Pelanggaran terhadap aturan ini dapat menyebabkan penangkapan. Seorang fotografer di Haifa telah ditangkap saat mencoba mempersiapkan kamera untuk dokumentasi serangan.
Sensor Sudah Berlaku Sebelum Konflik Iran
Jauh sebelum aturan baru ini diterapkan, media Israel telah terikat regulasi sensor militer. Artikel yang dianggap menyangkut keamanan nasional wajib diajukan ke sensor sebelum dipublikasikan. Penyensor memiliki wewenang membatalkan penerbitan jika artikel dipandang mengancam keamanan negara.
Namun, berdasarkan hukum yang ada, sensor tidak dapat melarang artikel semata-mata karena isinya mengkritik militer atau pejabat Israel.
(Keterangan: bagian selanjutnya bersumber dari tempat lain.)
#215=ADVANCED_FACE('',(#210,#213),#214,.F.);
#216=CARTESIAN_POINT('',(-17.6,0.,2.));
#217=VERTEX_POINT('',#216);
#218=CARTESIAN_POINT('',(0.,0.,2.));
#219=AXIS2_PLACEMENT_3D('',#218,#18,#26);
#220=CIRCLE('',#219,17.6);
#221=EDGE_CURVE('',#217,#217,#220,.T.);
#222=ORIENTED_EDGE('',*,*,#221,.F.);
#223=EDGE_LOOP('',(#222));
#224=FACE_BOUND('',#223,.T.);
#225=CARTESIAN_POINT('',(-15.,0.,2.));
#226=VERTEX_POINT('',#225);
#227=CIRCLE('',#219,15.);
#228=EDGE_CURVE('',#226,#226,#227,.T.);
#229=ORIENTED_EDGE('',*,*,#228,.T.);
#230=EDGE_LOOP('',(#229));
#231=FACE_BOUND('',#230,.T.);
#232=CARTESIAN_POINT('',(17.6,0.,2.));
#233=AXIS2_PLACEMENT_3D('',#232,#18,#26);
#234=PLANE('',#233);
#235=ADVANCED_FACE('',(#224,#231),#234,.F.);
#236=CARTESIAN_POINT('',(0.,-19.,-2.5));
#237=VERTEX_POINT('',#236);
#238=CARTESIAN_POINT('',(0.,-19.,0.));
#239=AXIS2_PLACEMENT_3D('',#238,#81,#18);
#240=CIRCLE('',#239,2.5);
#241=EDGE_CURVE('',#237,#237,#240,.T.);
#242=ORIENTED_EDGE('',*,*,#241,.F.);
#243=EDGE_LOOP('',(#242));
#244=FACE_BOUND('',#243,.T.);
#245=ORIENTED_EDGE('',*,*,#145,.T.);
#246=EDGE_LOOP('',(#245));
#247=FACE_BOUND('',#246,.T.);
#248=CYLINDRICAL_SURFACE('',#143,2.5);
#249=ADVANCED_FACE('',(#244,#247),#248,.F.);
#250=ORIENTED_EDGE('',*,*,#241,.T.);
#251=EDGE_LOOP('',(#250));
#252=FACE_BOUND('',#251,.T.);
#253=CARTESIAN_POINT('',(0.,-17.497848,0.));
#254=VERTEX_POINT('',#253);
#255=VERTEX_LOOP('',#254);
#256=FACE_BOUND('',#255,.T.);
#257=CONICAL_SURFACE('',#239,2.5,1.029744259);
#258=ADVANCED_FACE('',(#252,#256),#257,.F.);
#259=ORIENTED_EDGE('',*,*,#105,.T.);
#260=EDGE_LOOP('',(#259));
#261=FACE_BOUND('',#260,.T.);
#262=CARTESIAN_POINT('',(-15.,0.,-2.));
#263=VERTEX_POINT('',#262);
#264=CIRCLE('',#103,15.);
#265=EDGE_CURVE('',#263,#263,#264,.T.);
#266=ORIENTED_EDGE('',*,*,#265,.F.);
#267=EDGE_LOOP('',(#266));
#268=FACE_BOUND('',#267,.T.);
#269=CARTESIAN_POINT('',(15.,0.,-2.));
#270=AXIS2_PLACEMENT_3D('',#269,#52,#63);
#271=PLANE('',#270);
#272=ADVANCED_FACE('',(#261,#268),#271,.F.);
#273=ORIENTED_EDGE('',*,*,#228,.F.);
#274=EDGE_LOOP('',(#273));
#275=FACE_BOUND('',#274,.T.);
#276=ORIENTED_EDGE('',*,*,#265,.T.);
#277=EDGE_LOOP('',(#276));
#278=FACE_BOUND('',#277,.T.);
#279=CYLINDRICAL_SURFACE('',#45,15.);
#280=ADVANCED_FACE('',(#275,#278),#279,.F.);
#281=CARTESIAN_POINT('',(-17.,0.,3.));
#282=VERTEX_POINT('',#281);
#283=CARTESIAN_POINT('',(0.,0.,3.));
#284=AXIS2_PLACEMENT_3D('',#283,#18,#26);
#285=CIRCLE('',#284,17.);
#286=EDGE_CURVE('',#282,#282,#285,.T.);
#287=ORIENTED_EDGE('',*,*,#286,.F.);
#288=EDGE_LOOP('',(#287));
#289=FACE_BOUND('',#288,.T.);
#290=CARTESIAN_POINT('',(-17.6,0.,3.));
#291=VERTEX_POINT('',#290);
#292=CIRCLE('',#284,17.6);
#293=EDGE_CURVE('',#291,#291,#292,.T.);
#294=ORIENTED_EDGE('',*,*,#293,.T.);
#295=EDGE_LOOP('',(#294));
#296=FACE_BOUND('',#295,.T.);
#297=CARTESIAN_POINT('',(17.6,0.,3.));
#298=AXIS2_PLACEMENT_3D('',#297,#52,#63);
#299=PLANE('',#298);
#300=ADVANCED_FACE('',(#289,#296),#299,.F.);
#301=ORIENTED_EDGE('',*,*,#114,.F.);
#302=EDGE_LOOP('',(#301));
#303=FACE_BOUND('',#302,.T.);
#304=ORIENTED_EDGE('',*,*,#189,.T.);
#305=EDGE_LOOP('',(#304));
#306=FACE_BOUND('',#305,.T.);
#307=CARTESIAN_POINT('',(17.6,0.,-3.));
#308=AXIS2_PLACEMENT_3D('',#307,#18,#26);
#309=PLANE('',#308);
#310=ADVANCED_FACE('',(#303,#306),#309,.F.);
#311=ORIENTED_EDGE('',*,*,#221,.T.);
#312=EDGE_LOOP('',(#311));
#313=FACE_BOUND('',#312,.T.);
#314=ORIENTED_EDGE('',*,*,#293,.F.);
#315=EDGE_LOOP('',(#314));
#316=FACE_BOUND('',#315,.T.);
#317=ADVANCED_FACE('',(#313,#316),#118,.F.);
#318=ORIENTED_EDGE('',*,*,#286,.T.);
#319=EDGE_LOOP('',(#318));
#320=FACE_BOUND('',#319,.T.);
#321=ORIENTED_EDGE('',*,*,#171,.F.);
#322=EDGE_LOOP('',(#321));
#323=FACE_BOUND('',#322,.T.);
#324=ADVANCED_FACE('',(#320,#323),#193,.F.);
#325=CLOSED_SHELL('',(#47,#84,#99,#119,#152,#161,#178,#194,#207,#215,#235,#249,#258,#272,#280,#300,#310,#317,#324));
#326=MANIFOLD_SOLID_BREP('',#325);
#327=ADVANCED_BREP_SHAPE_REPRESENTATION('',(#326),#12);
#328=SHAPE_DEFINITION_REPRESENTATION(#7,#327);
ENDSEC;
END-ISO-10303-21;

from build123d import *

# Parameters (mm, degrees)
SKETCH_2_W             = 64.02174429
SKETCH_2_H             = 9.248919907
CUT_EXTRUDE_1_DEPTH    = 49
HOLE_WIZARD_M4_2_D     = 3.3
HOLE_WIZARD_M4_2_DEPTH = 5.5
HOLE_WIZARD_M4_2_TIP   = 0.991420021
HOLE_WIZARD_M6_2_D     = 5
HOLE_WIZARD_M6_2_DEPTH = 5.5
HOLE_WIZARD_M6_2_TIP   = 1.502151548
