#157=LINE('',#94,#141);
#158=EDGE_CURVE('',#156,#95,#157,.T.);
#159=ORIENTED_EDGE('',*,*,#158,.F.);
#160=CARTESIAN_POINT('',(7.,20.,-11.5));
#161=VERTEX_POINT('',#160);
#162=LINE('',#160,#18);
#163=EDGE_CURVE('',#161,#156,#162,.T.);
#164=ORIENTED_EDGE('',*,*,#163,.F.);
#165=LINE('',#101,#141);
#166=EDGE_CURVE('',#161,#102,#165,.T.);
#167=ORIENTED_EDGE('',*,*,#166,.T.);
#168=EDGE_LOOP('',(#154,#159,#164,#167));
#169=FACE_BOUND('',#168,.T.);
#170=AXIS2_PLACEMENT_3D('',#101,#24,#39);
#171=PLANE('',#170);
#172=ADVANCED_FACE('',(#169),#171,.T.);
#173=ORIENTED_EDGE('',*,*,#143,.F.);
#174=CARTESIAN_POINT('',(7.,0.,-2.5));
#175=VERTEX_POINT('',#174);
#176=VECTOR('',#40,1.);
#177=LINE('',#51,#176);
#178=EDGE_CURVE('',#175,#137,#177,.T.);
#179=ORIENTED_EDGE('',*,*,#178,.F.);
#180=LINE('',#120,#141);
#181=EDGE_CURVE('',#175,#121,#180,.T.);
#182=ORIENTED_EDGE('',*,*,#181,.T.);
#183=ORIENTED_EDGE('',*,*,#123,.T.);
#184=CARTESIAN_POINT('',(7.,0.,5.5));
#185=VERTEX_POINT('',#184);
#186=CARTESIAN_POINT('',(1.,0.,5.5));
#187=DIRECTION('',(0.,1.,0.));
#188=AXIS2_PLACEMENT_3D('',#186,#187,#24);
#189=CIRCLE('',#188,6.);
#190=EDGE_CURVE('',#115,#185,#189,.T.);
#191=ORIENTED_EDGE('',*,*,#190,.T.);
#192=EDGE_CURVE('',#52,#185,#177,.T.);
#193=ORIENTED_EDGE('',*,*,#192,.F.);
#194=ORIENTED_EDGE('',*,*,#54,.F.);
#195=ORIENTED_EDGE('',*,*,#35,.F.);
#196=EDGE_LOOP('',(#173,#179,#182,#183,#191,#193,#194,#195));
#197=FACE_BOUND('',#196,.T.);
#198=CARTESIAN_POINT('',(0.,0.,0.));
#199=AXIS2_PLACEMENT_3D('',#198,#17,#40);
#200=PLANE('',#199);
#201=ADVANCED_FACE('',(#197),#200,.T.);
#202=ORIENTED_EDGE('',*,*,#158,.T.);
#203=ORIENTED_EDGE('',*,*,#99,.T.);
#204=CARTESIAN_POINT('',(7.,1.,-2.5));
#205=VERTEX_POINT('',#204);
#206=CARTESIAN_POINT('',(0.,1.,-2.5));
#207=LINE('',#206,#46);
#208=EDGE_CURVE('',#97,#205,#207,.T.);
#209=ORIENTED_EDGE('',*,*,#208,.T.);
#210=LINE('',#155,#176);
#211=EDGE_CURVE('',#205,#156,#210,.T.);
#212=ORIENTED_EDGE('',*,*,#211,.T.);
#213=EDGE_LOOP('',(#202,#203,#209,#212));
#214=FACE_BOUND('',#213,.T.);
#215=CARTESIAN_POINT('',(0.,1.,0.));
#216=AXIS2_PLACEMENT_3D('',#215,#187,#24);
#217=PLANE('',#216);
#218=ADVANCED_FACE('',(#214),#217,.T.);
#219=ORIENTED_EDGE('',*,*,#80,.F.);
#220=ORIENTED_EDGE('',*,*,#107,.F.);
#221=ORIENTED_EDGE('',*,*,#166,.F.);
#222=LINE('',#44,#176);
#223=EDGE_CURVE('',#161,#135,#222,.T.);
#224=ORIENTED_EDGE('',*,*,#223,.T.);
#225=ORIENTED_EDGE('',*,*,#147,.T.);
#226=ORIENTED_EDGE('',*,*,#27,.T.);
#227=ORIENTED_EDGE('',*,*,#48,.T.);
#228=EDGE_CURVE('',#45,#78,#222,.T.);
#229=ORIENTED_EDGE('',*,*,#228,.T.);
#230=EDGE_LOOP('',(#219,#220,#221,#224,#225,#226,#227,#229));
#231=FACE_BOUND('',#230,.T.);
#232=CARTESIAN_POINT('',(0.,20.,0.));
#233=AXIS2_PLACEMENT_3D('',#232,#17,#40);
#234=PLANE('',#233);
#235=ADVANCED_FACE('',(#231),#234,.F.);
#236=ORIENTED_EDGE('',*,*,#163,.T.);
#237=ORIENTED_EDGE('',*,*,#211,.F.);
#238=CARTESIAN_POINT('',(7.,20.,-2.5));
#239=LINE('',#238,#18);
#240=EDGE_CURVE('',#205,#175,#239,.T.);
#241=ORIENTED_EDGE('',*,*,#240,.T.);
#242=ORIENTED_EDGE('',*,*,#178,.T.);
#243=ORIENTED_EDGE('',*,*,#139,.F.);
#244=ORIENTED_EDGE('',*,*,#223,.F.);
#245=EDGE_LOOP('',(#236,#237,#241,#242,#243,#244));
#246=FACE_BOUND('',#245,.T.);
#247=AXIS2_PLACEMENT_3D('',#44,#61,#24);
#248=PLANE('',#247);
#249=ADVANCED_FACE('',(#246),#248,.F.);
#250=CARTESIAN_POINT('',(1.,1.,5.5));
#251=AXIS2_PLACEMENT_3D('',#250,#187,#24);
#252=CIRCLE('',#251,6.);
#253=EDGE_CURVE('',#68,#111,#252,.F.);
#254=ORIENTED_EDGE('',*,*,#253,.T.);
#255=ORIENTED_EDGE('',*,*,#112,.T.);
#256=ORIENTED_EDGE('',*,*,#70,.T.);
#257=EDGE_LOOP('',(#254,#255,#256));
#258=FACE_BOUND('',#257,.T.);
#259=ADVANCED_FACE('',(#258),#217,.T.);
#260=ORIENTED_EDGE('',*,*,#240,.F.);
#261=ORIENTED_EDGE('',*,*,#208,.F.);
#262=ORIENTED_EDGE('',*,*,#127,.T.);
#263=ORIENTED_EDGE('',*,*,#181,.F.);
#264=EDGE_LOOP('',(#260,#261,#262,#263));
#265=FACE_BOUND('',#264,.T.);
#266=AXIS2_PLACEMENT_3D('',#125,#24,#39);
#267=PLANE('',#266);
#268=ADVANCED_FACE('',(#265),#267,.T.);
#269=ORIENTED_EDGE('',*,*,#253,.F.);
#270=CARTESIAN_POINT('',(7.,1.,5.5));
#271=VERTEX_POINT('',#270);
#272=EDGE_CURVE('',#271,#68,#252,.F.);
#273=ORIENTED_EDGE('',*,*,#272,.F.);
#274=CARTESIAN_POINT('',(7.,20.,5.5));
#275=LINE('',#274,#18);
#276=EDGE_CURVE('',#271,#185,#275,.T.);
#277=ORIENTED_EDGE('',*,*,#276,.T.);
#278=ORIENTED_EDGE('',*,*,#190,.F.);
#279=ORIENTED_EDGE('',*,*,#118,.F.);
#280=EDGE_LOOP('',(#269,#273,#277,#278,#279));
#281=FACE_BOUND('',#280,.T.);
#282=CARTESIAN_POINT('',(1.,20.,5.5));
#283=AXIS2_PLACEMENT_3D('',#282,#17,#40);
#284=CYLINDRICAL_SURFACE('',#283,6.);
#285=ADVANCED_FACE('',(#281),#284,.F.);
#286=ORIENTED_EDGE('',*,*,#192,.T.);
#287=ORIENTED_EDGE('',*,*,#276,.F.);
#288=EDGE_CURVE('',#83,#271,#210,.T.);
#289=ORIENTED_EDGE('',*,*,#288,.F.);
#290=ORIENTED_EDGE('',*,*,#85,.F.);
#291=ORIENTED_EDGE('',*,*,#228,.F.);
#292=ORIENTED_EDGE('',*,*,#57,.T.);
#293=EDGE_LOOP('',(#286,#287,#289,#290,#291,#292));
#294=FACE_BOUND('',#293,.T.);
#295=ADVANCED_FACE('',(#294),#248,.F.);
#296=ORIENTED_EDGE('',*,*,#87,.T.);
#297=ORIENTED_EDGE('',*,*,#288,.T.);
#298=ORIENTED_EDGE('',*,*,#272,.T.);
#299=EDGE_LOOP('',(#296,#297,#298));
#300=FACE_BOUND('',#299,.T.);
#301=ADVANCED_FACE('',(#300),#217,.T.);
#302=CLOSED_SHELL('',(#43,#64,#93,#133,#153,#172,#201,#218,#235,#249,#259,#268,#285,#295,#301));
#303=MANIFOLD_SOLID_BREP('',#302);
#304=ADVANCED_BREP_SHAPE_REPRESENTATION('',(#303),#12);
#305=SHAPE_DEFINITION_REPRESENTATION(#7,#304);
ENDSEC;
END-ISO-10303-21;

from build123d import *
Meskipun demikian, ruang lingkup definisi “keamanan nasional” sangat luas, mencakup isu militer, intelijen, perdagangan senjata, hingga kebijakan luar negeri.
Rekor Sensor yang Meningkat Tajam
Sepanjang tahun 2024, tercatat:
1.635 artikel diblokir total.
6.265 artikel disensor sebagian.
Artinya, rata-rata ada 21 intervensi sensor per hari — lebih dari dua kali lipat rata-rata selama agresi 2014, dan lebih dari tiga kali lipat situasi di masa damai.
Uniknya, media dilarang menyebutkan jika sebuah artikel telah disensor. Hal ini membuat publik tidak tahu bagian mana dari berita yang telah dimodifikasi atau dihapus.
Israel di Peringkat Bawah Kebebasan Pers Global
Menurut Indeks Kebebasan Pers Dunia 2025 versi Reporters Sans Frontieres (RSF), Israel berada di peringkat ke-112 dari 180 negara — di bawah Haiti, Guinea Bissau, dan Sudan Selatan. RSF menyatakan bahwa sejak agresi Gaza dimulai pada 7 Oktober 2023, “kebebasan pers, pluralisme media, dan independensi redaksi di Israel mengalami kemunduran signifikan.”
Lembaga itu juga menyoroti bahwa pemimpin lembaga penyiaran Israel seringkali dipilih atas dasar kedekatan politik, dan hanya media pro-pemerintah seperti Channel 14 yang mendapat akses wawancara eksklusif dengan pejabat tinggi.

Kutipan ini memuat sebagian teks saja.